The Stupid fucks of the year

Starting with podcast 100, TSB has been giving out “stupid fuck” awards. You can say that it is similar to the Bonehead award that Rick Dees used to give out when he had his morning show, but for the cybercrime world.

Just like the diatribes, we’ll link to articles we have written which ended up turning in to the Stupid Fuck award. From time to time, we may link to specific articles, especially if something comes up that qualifies that we do not have an article at the time for that we did find.

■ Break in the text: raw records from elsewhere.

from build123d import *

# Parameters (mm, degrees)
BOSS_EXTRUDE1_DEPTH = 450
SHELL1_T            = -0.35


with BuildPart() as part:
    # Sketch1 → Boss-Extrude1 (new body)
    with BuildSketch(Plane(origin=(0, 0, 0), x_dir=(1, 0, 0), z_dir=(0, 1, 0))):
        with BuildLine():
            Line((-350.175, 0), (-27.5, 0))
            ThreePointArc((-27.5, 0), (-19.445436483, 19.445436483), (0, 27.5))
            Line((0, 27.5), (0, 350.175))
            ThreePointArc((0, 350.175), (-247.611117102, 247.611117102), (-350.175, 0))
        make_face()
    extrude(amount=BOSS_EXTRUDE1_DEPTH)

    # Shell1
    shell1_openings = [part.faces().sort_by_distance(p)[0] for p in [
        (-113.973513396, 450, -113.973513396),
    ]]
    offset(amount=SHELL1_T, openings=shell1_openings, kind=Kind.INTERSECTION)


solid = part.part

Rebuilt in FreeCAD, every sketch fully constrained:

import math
import FreeCAD as App
import Part
import Sketcher


def faces_at(feature, points):
    """Names of the faces that lie closest to the given points."""
    faces = feature.Shape.Faces
    near = lambda p: min(range(len(faces)), key=lambda i: faces[i].distToShape(Part.Vertex(*p))[0])
    return sorted({f"Face{near(p) + 1}" for p in points})

doc = App.newDocument("Part")
params = doc.addObject("Spreadsheet::Sheet", "Params")
for row, (alias, value) in enumerate([
    ("sketch1_radius", "27.5 mm"),
    ("pad1_length", "450 mm"),
    ("thickness_wall", "0.35 mm"),
], start=1):
    params.set(f"A{row}", alias)
    params.set(f"B{row}", "=" + value)
    params.setAlias(f"B{row}", alias)

body = doc.addObject("PartDesign::Body", "Body")

sketch1 = body.newObject("Sketcher::SketchObject", "Sketch")
sketch1.AttachmentSupport = (doc.getObject("XZ_Plane"), [""])
sketch1.MapMode = "FlatFace"
sketch1.addGeometry([
    Part.LineSegment(App.Vector(-350.175, 0, 0), App.Vector(-27.5, 0, 0)),
    Part.ArcOfCircle(Part.Circle(App.Vector(0, 0, 0), App.Vector(0, 0, 1), 27.5), math.radians(180), math.radians(270)),
    Part.LineSegment(App.Vector(0, -27.5, 0), App.Vector(0, -350.175, 0)),
    Part.ArcOfCircle(Part.Circle(App.Vector(0, 0, 0), App.Vector(0, 0, 1), 350.175), math.radians(180), math.radians(270)),
], False)
sketch1.addConstraint([
    Sketcher.Constraint("Coincident", 0, 2, 1, 1),
    Sketcher.Constraint("Coincident", 1, 2, 2, 1),
    Sketcher.Constraint("Coincident", 2, 2, 3, 2),
    Sketcher.Constraint("Coincident", 3, 1, 0, 1),
    Sketcher.Constraint("Horizontal", 0),
    Sketcher.Constraint("Vertical", 2),
    Sketcher.Constraint("Coincident", 1, 3, -1, 1),
    Sketcher.Constraint("Coincident", 3, 3, -1, 1),
    Sketcher.Constraint("PointOnObject", 0, 2, -1),
    Sketcher.Constraint("PointOnObject", 1, 2, -2),
    Sketcher.Constraint("Radius", 1, 27.5),
    Sketcher.Constraint("Radius", 3, 350.175),
])
sketch1.setExpression("Constraints[10]", "Params.sketch1_radius")
pad1 = body.newObject("PartDesign::Pad", "Pad")
pad1.Profile = sketch1
pad1.setExpression("Length", "Params.pad1_length")
pad1.Reversed = True
doc.recompute()

thickness = body.newObject("PartDesign::Thickness", "Thickness")
thickness.Base = (pad1, faces_at(pad1, [(-175.088, 450, -175.088)]))
thickness.setExpression("Value", "Params.thickness_wall")
thickness.Reversed = True
thickness.Join = "Intersection"

doc.recompute()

It’ll be broken up in to months and lists. We’ll also have a description too. Remember, if we don’t have any for any given month, that month will be skipped.

January

• FTC tells Godaddy to get their shit together Godaddy hasn’t been all that great with their security, and I never went with them even in the early days of web hosting. When you read the blog post, which leads to the accompanying article, you’ll wonder why you went with them if you did. Am I going to tell you to switch? No. I’m not. But just be aware of this one.
• AI Accessibility startup to pay $1 million for false advertising dealing with web site accessibility The company that should have never been created. It promised to make a tool to make sites accessible but it seems to have failed miserably. AccessiBe was mentioned to me as a tool I can use to make my sites accessible, and I never really understood it because I would hit screen reader mode and the site either still worked as it always had or just did strange things. Read the blog post that links to Adrian Roselli’s blog as he responds to this mess. Good job!
• Use AI? Don’t turn them in to CSAM material, at least in California. Under New law, first suspect arrested for CSAM AI images is the first in California. Have fun!
• The story of the week: Mastercard and their DNS issue that went unnoticed for years talks about a mistyped domain for DNS settings. You should read this for yourself.
• While we have said that China should not be messed with, this has nothing to do with policies or procedures of the country. This has to do with Security 101. We’ve talked about open databases through the last few years on podcasts, what I thought was a one-off has been quite consistant. DeepSeek exposes database with over 1 million chat records is our article with two open databases now closed and really bad security practices. Read it and comment on it if you wish.

February

• If you missed podcast 226, then you missed one of the stupidest fucks we’ve probably ever covered. At the time of writing, Post Mortem: How important are mailing lists across the JRN? is still the top post, but that will change for sure. This post talks about CPanel, one of the biggest control panel companies out there providing people like me the ability to manage things like email, FTP, mailing lists, installation of databases like WordPress and much more. You’ll definitely want to read this one, its completely moronic.

March

• If you missed Ohio man charged with putting kill switch to sabotage network on our blog, you’ll want to give this a look. The guy in question decided to put a kill switch in place if he were ever to be fired which would wipe out the entire network. The company mentioned had to pay millions, and he could be serving a maximum of 10 years. Really?
• In case you have lived under a rock, there was a massive Capital One hack which exposed a bunch of folk from 2005-2016 or so. Did Page Thompson get too light of a sentence? is an update to a 2019 story where now they’re asking the question whether Page got the sentence she deserved. This was also talked about on this past week’s throwback saturday night. This will be interesting.
• 23andMe seems to now be in the bankruptcy state now according to Cybernews. This is quite interesting since they had a breach they denied ever happening. https://technology.jaredrimer.net/2025/03/24/23andme-filed-for-ch-11-bankrupsy/ is an update.
• We’ll be publishing our thoughts on this one, but this has to end our stupid fucks. Did you guys see for this month the story dealing with Oracle, the health provider? No? Oracle Health breach compromises patient data at US hospitals is the article. This company is like so many who decide they are not going to be Transparent in their reporting of the breach and this is absolutely not surprising in my opinion. They claim that they will pay for notices to be sent, they won’t do it. The hospitals they support then have to call the CISO for updates which makes documenting harder according to the article. Let us know what you think.